Excluding entire areas in path finding

One of Valhalla’s most interesting features is that it lets users specify arbitrary polygon rings, excluding any intersecting edges from the final path. This feature is notoriously slow on larger inputs, because it does not perform any early rejection on edge candidates in a bin intersecting a ring. So while small rings with few vertices are noticeably fast, the performance steeply drops once the overall vertex count increases. And this was precisely my motivation to introduce better spatial indexing in the first place.

A map showing a route avoiding a drawn area.
Valhalla's exclude polygons feature in action.

With the bounding circles, we can quickly reject a good amount of edges and avoid a lot of expensive intersection tests. Just like the location search, the performance improvement depends on the input. But here is where the bounding circles really shine: for a few large polygons, there is a ~20-30x speed up, while for lots of small polygons, I observed a >200x speed up, cutting the processing time from ~10s to tens of milliseconds. As this was my principal motivation to get started on this feature, seeing these numbers made me really happy.

Dynamic vector tile generation

Valhalla’s new /tile end point offers users to visualize the road network using MapBox Vector Tiles (MVT), optionally with all sorts of information on live traffic, access restrictions and more. With the bounding circles, dynamically collecting all edges intersecting a vector tile boundary becomes much faster, especially on high zoom levels, where most edges in a given bin will be outside of the tile box. On zoom level 11, I measured a ~1.5x speed up compared to before, while on zoom level 14, that value was closer to 4x on a warm tile cache.

Map Matching (TBD)

The original reason Kevin had the initial idea for bounding circles was to use the location search used for routing in map matching. Currently, Valhalla’s map matching module, meili, uses its own simplified location search. This focuses on low latency and sacrifices two aspects in order to obtain it:

  1. RAM: each worker uses its own in-memory location cache, which can take up lots of space, especially when running many worker instances on the same machine
  2. Location search goodies: Valhalla’s default location search, loki, has lots of features that are useful for location filtering, which meili’s search compromises on.

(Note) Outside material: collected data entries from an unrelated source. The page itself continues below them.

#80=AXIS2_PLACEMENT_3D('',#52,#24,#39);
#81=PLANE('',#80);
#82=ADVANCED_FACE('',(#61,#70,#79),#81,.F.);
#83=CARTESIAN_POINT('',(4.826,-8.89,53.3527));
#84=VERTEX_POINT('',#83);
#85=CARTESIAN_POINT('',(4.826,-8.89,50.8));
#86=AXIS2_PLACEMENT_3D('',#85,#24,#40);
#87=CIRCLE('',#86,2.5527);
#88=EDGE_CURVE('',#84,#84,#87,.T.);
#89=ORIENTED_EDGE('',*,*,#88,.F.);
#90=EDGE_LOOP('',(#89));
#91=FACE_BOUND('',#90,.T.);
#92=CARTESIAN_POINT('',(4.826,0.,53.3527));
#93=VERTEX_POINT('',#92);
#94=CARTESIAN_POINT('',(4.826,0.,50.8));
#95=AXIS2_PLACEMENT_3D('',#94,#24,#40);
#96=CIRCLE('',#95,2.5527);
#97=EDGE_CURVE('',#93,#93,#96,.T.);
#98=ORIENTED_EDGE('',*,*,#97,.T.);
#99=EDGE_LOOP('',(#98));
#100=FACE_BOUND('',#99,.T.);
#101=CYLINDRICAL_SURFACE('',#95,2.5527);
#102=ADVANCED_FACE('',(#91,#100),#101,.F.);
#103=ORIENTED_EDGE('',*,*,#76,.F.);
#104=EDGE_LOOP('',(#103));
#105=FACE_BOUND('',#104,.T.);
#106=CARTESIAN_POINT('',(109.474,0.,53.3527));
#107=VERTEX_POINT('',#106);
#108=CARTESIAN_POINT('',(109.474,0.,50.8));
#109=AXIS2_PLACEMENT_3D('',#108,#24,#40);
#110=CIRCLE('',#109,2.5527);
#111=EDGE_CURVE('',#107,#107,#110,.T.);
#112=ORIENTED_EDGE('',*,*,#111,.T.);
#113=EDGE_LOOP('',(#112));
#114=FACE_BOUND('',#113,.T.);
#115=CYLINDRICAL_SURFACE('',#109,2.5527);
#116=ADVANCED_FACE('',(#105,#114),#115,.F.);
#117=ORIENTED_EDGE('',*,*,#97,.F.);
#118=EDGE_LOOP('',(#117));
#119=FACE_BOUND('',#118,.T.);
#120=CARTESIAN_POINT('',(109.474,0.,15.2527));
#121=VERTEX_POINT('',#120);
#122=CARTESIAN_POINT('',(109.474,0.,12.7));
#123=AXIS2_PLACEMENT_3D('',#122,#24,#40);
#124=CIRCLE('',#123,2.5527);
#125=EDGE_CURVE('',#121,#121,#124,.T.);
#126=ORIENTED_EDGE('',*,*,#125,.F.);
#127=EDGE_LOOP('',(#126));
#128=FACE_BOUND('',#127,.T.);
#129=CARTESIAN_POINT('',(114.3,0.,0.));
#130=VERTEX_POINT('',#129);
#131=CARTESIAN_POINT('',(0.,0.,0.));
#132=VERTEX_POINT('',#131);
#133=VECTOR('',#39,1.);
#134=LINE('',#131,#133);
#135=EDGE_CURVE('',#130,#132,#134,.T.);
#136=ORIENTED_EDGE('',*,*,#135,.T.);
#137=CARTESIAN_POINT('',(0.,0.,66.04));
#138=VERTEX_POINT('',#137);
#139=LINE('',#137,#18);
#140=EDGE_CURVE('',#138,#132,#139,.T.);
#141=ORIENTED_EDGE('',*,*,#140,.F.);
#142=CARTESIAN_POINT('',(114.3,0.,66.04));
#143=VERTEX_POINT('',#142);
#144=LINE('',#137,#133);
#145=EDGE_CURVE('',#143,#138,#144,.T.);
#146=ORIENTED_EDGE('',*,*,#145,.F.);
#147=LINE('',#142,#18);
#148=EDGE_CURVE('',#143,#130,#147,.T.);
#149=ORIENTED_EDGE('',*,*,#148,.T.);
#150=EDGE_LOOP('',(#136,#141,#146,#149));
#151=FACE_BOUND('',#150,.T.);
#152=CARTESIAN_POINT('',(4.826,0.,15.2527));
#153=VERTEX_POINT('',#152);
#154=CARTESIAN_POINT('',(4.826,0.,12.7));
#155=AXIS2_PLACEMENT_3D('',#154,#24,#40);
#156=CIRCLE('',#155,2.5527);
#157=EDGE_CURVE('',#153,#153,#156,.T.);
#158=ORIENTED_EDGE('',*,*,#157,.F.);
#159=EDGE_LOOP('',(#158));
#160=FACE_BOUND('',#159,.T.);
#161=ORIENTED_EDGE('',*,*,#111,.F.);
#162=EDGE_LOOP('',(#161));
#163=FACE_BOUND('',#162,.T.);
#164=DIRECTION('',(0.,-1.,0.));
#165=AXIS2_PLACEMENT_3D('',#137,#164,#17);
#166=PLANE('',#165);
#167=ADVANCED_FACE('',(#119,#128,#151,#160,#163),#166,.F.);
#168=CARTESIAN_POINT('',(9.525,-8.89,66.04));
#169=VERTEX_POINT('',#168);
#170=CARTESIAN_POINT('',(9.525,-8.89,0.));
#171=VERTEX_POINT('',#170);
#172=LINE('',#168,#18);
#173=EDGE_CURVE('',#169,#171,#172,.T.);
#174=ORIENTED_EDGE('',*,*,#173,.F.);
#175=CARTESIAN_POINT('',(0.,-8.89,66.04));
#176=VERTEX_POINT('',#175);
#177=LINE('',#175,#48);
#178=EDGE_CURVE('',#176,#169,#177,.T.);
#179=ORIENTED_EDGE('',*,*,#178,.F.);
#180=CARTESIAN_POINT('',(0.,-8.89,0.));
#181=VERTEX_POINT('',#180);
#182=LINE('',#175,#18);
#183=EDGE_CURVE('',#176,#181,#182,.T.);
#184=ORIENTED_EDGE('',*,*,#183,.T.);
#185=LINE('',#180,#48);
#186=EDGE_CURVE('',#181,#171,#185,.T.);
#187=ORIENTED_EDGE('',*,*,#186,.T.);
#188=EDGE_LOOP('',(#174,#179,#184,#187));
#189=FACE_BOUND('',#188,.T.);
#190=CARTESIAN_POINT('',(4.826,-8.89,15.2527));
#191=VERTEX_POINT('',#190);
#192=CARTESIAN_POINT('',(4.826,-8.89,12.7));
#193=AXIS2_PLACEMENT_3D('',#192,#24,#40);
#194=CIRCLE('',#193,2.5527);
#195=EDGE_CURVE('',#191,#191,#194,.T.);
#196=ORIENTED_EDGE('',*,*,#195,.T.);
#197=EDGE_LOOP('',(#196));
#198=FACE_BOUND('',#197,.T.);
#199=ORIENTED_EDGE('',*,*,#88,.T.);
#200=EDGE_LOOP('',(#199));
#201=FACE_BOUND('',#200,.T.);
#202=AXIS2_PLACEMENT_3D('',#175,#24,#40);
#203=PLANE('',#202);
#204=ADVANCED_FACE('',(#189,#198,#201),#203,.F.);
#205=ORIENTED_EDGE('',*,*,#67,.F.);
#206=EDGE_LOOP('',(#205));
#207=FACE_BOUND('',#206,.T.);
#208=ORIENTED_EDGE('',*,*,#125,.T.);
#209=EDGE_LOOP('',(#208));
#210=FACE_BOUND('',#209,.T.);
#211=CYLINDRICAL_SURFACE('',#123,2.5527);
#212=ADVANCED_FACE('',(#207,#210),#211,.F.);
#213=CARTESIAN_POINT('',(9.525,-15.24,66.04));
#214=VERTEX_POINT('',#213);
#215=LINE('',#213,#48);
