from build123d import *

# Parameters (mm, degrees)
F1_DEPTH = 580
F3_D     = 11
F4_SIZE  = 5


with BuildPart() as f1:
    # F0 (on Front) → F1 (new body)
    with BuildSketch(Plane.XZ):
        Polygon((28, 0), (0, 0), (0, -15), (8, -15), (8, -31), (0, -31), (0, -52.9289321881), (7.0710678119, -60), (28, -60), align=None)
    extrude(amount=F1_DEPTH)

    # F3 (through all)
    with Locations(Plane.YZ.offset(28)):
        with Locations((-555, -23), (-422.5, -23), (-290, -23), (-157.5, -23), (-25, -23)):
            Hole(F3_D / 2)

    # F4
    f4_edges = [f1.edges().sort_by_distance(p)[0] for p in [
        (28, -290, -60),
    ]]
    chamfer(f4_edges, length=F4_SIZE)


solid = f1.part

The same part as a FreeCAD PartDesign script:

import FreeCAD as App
import Part
import Sketcher

V = App.Vector
Q = App.Units.Quantity


def edges_at(feature, points):
    """Names of the edges that pass closest to the given points."""
    edges = feature.Shape.Edges
    near = lambda p: min(range(len(edges)), key=lambda i: edges[i].distToShape(Part.Vertex(*p))[0])
    return sorted({f"Edge{near(p) + 1}" for p in points})


def add_polygon(sketch, points):
    """Adds a closed chain of lines whose ends are joined by coincident constraints."""
    first, n = sketch.GeometryCount, len(points)
    for a, b in zip(points, points[1:] + points[:1]):
        sketch.addGeometry(Part.LineSegment(App.Vector(*a, 0), App.Vector(*b, 0)), False)
    for i in range(n):
        sketch.addConstraint(Sketcher.Constraint("Coincident", first + i, 2, first + (i + 1) % n, 1))

doc = App.newDocument("Part")
body = doc.addObject("PartDesign::Body", "Body")

# Sketch on XZ plane
sketch1 = body.newObject("Sketcher::SketchObject", "Sketch")
sketch1.AttachmentSupport = (doc.getObject("XZ_Plane"), [""])
sketch1.MapMode = "FlatFace"
add_polygon(sketch1, [(28, 0), (0, 0), (0, -15), (8, -15), (8, -31), (0, -31), (0, -52.928932), (7.071068, -60), (28, -60)])  # lines 0-8
sketch1.addConstraint([
    Sketcher.Constraint("Horizontal", 0),
    Sketcher.Constraint("Vertical", 1),
    Sketcher.Constraint("Horizontal", 2),
    Sketcher.Constraint("Vertical", 3),
    Sketcher.Constraint("Horizontal", 4),
    Sketcher.Constraint("Vertical", 5),
    Sketcher.Constraint("Horizontal", 7),
    Sketcher.Constraint("Vertical", 8),
    Sketcher.Constraint("Coincident", 0, 2, -1, 1),
    Sketcher.Constraint("PointOnObject", 4, 2, -2),
    Sketcher.Constraint("DistanceX", 0, 2, 0, 1, 28.0),
    Sketcher.Constraint("DistanceX", 2, 1, 2, 2, 8.0),
    Sketcher.Constraint("DistanceY", 1, 2, 1, 1, 15.0),
    Sketcher.Constraint("DistanceY", 3, 2, 3, 1, 16.0),
    Sketcher.Constraint("DistanceY", 8, 1, 8, 2, 60.0),
    Sketcher.Constraint("Angle", 6, Q("-45 deg")),
    Sketcher.Constraint("Distance", 6, 10.0),
])
pad1 = body.newObject("PartDesign::Pad", "Pad")
pad1.Profile = sketch1
pad1.Length = 580

# Sketch on YZ plane
sketch2 = body.newObject("Sketcher::SketchObject", "Sketch001")
sketch2.AttachmentSupport = (doc.getObject("YZ_Plane"), [""])
sketch2.MapMode = "FlatFace"
sketch2.AttachmentOffset = App.Placement(V(0, 0, 28), App.Rotation())
sketch2.addGeometry([
    Part.Circle(V(-555, -23, 0), V(0, 0, 1), 5.5),  # 0
    Part.Circle(V(-422.5, -23, 0), V(0, 0, 1), 5.5),  # 1
    Part.Circle(V(-290, -23, 0), V(0, 0, 1), 5.5),  # 2
    Part.Circle(V(-157.5, -23, 0), V(0, 0, 1), 5.5),  # 3
    Part.Circle(V(-25, -23, 0), V(0, 0, 1), 5.5),  # 4
], False)
sketch2.addConstraint([
    Sketcher.Constraint("Equal", 0, 1),
    Sketcher.Constraint("Equal", 1, 2),
    Sketcher.Constraint("Equal", 2, 3),
    Sketcher.Constraint("Equal", 3, 4),
    Sketcher.Constraint("Horizontal", 0, 3, 1, 3),
    Sketcher.Constraint("Horizontal", 1, 3, 2, 3),
    Sketcher.Constraint("Horizontal", 2, 3, 3, 3),
    Sketcher.Constraint("Horizontal", 3, 3, 4, 3),
    Sketcher.Constraint("Diameter", 0, 11.0),
    Sketcher.Constraint("DistanceX", 0, 3, -1, 1, 555.0),
    Sketcher.Constraint("DistanceY", 0, 3, -1, 1, 23.0),
    Sketcher.Constraint("DistanceX", 2, 3, -1, 1, 290.0),
    Sketcher.Constraint("DistanceX", 4, 3, -1, 1, 25.0),
    Sketcher.Constraint("DistanceX", 1, 3, 3, 3, 265.0),
    Sketcher.Constraint("DistanceX", 1, 3, -1, 1, 422.5),
])
doc.recompute()
hole = body.newObject("PartDesign::Hole", "Hole")
hole.Profile = sketch2
hole.ThreadType = "None"
hole.Diameter = 11
hole.DepthType = "ThroughAll"
doc.recompute()

chamfer = body.newObject("PartDesign::Chamfer", "Chamfer")
chamfer.Base = (hole, edges_at(hole, [(28, -290, -60)]))
chamfer.Size = 5

doc.recompute()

Getting rid of meili’s search would require loki’s search to become much faster, and the bounding circles may just have pushed it into the realm of feasibility. I haven’t gotten around to replacing meili’s search yet, but it’s on my list. If anyone is interested in better location filtering for map matching, feel free to reach to me via chrstn at <this_domain> dot de.

Wrapping up

And that’s it, this blog post ended up being longer than I anticipated, but it’s a feature I have enjoyed working on for quite some time, and I am quite proud of the outcome. Huge thanks to Kevin for the original idea, and inspiration and guidance along the way!